[Dataset entries]

--- START ---

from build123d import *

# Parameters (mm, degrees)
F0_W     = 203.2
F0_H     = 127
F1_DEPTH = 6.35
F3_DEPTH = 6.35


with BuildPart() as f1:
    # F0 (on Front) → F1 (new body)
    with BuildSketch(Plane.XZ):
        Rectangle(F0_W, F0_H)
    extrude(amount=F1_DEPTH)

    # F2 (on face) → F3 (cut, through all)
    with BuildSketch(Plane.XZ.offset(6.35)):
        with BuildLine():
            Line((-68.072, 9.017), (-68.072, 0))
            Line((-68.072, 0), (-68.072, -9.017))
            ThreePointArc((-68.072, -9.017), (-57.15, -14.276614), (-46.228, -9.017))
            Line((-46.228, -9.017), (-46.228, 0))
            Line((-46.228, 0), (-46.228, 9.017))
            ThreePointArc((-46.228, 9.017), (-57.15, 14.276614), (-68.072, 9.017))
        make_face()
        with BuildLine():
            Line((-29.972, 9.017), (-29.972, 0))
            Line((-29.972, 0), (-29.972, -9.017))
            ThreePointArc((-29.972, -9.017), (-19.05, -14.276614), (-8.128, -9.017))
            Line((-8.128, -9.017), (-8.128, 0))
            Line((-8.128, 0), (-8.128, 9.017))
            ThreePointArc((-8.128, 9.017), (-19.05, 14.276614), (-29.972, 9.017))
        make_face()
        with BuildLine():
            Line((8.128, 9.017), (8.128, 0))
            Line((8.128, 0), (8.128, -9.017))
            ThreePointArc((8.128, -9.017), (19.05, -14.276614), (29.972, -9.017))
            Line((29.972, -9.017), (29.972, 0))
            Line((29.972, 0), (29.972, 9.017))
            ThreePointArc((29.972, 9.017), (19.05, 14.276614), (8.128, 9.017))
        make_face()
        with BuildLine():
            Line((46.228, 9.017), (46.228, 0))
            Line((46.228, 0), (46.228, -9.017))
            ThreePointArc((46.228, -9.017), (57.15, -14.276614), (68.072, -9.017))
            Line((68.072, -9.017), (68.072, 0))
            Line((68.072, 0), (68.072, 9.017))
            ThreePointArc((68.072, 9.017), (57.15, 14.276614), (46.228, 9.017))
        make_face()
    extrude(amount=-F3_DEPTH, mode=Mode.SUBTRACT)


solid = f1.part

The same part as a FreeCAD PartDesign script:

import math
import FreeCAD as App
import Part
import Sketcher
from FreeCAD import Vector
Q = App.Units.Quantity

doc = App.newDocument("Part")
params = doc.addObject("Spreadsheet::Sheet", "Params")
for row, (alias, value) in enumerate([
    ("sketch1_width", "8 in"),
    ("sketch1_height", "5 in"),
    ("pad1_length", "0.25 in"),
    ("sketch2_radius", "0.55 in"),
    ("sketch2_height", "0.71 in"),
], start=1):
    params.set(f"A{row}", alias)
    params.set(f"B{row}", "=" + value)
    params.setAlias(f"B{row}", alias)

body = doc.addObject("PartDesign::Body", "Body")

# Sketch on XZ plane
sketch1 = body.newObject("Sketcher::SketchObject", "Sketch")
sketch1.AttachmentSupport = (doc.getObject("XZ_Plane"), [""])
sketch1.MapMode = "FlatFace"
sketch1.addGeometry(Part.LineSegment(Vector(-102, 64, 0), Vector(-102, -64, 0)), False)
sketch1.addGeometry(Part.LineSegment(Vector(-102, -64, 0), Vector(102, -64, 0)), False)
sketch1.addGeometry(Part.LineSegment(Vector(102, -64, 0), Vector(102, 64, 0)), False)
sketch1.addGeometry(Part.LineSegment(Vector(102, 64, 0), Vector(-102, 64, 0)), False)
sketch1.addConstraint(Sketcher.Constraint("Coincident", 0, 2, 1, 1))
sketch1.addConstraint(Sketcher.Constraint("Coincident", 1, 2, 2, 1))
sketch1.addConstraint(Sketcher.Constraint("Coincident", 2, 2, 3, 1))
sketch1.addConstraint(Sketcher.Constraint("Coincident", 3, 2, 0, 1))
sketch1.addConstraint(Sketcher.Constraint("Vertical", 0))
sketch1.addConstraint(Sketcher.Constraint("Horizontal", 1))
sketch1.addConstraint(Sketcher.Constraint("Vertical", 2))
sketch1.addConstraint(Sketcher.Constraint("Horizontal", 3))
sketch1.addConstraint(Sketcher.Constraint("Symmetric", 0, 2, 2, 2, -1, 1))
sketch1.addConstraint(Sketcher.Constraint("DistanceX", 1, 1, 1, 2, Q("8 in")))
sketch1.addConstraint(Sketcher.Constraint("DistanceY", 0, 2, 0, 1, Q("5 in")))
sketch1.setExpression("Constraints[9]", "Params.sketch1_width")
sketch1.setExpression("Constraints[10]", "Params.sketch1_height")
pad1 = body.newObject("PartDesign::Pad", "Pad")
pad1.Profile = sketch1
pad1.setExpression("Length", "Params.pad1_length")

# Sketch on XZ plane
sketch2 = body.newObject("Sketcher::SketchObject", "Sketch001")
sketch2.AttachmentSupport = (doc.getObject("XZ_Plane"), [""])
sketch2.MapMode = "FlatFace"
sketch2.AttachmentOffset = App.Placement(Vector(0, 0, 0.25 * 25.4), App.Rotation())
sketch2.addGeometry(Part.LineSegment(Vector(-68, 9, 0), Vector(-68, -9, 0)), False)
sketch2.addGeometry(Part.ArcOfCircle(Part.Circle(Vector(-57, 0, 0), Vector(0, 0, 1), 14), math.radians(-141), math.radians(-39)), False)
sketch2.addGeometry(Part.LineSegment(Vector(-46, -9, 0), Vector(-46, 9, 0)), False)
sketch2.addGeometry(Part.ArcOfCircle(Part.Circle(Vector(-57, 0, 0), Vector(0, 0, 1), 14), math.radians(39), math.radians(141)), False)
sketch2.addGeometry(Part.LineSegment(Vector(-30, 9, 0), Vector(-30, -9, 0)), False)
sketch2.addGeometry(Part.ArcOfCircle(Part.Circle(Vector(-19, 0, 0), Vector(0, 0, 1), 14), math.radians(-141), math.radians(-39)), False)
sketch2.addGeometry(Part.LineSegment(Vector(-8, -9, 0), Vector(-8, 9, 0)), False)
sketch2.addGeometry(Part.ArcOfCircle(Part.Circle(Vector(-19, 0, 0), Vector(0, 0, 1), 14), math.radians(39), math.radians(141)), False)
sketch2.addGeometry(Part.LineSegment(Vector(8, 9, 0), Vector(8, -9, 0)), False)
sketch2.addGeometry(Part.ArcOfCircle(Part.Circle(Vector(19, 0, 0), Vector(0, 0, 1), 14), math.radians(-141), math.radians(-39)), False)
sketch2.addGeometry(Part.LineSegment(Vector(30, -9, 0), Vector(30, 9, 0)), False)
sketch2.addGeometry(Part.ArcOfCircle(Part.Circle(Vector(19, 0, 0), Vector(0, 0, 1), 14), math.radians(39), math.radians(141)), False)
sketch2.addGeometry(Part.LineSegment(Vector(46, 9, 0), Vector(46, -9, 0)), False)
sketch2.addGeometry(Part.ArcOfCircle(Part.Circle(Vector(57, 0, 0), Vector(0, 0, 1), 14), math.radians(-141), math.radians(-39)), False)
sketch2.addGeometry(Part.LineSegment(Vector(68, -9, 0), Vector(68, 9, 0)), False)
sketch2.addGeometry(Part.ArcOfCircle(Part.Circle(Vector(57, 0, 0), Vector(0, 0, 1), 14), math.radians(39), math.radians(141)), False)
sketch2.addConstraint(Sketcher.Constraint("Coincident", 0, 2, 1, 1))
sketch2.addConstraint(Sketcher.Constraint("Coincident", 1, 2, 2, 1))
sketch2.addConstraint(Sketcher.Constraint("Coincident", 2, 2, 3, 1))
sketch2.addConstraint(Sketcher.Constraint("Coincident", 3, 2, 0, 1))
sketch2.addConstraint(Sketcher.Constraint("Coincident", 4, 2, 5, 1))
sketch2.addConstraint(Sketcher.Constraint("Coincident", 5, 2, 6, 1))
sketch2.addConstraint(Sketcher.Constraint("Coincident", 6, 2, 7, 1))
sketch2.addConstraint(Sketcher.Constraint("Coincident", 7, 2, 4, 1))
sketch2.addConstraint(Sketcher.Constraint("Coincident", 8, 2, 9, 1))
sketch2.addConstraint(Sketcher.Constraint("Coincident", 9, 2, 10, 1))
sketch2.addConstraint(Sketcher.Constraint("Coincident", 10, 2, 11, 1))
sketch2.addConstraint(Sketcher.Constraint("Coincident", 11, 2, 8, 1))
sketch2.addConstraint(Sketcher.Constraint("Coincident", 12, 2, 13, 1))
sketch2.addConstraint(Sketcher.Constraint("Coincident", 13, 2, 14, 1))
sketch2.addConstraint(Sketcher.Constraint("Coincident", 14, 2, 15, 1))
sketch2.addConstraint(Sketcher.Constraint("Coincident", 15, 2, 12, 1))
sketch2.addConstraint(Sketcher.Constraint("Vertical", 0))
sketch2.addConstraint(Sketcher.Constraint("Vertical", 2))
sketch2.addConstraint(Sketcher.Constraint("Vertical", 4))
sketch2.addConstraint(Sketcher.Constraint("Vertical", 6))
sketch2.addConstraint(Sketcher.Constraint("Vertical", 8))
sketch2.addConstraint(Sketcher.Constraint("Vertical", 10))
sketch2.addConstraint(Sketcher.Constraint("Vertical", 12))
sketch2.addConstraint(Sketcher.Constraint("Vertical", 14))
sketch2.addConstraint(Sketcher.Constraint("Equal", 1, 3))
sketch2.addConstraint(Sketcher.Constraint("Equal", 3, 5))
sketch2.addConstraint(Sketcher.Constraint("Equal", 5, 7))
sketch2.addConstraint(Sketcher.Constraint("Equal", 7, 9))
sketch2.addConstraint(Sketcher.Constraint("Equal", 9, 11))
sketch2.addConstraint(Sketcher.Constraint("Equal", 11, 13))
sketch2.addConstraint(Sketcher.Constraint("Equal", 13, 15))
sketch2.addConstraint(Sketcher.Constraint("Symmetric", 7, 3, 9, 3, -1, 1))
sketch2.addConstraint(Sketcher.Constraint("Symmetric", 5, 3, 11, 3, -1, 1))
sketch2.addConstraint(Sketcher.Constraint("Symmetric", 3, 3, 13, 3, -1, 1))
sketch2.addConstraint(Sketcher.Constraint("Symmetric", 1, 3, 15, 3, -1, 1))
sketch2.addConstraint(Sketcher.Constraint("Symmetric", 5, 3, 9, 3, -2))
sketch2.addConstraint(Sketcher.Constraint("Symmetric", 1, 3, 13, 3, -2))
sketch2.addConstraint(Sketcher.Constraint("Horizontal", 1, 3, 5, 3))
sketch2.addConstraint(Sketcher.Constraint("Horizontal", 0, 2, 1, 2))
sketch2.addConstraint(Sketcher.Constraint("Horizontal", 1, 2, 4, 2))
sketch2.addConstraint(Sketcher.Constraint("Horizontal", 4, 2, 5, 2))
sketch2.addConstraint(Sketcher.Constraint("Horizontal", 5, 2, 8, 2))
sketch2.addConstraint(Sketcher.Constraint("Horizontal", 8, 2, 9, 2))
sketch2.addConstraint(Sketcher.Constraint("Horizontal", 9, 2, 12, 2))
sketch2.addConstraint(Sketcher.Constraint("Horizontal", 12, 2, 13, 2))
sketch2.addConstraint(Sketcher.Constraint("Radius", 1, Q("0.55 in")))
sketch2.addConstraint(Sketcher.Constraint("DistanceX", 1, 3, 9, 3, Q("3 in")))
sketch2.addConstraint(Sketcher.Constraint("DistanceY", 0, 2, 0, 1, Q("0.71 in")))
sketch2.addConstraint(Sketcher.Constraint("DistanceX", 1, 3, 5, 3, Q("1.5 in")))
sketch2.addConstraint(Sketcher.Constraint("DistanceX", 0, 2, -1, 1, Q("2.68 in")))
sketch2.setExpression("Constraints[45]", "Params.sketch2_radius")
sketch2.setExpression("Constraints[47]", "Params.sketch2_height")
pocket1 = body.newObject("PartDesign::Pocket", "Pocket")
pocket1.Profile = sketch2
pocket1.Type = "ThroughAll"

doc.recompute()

--- END ---

About this exercise –
Going back to the entries above, set down exactly the lines that begin at the one with "Line((-46.228, -9.017), (-46.228, 0))" and end at the one with "Line((8.128, 9.017), (8.128, 0))", both included, and nothing else.

Response to this task –
            Line((-46.228, -9.017), (-46.228, 0))
            Line((-46.228, 0), (-46.228, 9.017))
            ThreePointArc((-46.228, 9.017), (-57.15, 14.276614), (-68.072, 9.017))
        make_face()
        with BuildLine():
            Line((-29.972, 9.017), (-29.972, 0))
            Line((-29.972, 0), (-29.972, -9.017))
            ThreePointArc((-29.972, -9.017), (-19.05, -14.276614), (-8.128, -9.017))
            Line((-8.128, -9.017), (-8.128, 0))
            Line((-8.128, 0), (-8.128, 9.017))
            ThreePointArc((-8.128, 9.017), (-19.05, 14.276614), (-29.972, 9.017))
        make_face()
        with BuildLine():
            Line((8.128, 9.017), (8.128, 0))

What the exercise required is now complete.